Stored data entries

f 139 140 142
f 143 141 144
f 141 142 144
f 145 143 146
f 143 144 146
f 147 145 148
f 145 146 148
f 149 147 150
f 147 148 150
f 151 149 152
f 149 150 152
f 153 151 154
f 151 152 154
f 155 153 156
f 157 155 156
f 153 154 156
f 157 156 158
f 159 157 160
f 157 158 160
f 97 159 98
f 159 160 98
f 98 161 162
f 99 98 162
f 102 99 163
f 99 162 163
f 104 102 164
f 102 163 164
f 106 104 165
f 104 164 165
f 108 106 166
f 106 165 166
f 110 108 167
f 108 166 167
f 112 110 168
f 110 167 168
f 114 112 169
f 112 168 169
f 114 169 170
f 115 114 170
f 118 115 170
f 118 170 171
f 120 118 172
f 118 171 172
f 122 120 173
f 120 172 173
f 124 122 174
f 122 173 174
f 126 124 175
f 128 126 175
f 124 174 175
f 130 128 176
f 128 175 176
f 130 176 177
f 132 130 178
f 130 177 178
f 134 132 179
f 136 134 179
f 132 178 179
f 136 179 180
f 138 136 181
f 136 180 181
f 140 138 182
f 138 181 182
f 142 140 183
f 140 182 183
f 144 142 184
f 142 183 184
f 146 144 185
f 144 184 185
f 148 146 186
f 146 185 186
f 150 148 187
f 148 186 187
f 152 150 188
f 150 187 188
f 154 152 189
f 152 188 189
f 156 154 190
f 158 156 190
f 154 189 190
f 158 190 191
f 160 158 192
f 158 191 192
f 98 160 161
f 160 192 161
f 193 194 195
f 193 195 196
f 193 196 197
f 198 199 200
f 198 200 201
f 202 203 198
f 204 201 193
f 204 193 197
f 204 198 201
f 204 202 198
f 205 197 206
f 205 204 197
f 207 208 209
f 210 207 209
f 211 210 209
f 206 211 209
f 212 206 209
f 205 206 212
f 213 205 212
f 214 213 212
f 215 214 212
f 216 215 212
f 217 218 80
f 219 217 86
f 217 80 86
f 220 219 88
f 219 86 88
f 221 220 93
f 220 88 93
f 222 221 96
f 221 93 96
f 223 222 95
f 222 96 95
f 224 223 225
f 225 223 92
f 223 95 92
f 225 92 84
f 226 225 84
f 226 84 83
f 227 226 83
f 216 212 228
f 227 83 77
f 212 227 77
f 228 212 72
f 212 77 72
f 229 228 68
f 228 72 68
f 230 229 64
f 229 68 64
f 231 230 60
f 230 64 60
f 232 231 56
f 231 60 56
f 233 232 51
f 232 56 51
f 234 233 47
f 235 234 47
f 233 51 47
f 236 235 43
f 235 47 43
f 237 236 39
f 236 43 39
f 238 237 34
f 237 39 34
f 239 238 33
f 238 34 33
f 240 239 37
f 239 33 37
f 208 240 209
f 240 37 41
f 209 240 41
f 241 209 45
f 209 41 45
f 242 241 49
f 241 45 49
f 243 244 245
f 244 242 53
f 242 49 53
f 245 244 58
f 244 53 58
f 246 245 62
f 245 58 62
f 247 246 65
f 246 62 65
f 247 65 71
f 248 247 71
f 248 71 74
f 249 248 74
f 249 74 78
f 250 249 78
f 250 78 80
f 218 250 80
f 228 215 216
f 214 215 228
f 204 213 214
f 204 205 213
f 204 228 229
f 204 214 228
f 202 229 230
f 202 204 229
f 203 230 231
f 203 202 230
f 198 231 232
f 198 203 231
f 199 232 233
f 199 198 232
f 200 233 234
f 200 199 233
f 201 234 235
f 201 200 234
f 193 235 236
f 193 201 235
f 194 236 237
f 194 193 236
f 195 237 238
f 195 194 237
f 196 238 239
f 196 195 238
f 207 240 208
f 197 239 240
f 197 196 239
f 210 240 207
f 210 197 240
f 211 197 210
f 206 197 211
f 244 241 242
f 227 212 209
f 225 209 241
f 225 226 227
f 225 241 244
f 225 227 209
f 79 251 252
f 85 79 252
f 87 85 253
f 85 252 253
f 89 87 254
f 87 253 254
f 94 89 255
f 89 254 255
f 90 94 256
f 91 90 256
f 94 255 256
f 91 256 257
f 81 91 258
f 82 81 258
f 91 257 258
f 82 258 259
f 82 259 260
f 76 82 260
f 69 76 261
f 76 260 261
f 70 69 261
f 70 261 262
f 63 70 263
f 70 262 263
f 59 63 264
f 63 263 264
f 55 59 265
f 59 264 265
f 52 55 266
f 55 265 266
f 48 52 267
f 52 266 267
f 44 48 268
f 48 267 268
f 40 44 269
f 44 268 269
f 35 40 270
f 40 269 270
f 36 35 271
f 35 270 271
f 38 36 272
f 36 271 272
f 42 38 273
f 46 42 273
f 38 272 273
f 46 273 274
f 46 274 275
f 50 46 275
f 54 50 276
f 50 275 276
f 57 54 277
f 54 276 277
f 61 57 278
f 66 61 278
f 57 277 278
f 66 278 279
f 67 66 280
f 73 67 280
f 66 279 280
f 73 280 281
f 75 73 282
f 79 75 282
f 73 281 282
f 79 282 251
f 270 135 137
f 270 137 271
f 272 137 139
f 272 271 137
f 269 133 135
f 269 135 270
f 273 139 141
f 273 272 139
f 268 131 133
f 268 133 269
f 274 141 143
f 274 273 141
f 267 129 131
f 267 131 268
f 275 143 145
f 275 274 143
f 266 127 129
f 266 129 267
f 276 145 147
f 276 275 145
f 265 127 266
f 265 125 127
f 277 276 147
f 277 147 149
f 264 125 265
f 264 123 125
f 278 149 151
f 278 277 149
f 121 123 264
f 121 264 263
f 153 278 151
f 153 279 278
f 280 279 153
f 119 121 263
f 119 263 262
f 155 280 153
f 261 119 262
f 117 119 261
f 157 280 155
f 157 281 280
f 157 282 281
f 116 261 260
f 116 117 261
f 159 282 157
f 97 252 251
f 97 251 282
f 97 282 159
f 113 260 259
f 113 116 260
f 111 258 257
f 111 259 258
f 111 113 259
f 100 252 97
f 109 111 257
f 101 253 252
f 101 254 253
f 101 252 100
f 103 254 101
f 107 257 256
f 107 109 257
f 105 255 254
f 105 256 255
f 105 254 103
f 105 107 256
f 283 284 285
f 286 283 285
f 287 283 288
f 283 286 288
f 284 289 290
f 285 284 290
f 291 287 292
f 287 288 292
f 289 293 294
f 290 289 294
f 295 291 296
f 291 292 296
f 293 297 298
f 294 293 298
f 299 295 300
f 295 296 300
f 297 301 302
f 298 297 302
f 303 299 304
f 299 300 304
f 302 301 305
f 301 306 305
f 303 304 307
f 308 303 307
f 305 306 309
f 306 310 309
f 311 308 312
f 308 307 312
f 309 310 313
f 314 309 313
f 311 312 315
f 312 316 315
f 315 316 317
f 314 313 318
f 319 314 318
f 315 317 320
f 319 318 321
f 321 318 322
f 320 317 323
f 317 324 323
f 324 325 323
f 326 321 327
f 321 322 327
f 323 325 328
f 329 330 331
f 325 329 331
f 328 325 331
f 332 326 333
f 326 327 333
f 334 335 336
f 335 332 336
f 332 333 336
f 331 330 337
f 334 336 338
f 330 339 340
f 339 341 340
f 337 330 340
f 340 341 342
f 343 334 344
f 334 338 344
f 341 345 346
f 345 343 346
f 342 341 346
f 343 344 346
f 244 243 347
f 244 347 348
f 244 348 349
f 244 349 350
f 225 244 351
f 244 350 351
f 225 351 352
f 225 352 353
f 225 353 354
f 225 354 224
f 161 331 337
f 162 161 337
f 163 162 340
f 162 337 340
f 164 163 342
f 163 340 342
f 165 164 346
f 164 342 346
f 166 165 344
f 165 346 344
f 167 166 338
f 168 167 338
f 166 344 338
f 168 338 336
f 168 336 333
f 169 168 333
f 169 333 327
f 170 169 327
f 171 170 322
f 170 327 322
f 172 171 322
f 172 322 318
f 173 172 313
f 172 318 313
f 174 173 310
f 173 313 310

*TRY IT*: Reproduce the entries above exactly, but only the lines between the line holding "f 44 48 268" and the line holding "f 117 119 261", inclusive.

*ANSWER*:
f 44 48 268
f 48 267 268
f 40 44 269
f 44 268 269
f 35 40 270
f 40 269 270
f 36 35 271
f 35 270 271
f 38 36 272
f 36 271 272
f 42 38 273
f 46 42 273
f 38 272 273
f 46 273 274
f 46 274 275
f 50 46 275
f 54 50 276
f 50 275 276
f 57 54 277
f 54 276 277
f 61 57 278
f 66 61 278
f 57 277 278
f 66 278 279
f 67 66 280
f 73 67 280
f 66 279 280
f 73 280 281
f 75 73 282
f 79 75 282
f 73 281 282
f 79 282 251
f 270 135 137
f 270 137 271
f 272 137 139
f 272 271 137
f 269 133 135
f 269 135 270
f 273 139 141
f 273 272 139
f 268 131 133
f 268 133 269
f 274 141 143
f 274 273 141
f 267 129 131
f 267 131 268
f 275 143 145
f 275 274 143
f 266 127 129
f 266 129 267
f 276 145 147
f 276 275 145
f 265 127 266
f 265 125 127
f 277 276 147
f 277 147 149
f 264 125 265
f 264 123 125
f 278 149 151
f 278 277 149
f 121 123 264
f 121 264 263
f 153 278 151
f 153 279 278
f 280 279 153
f 119 121 263
f 119 263 262
f 155 280 153
f 261 119 262
f 117 119 261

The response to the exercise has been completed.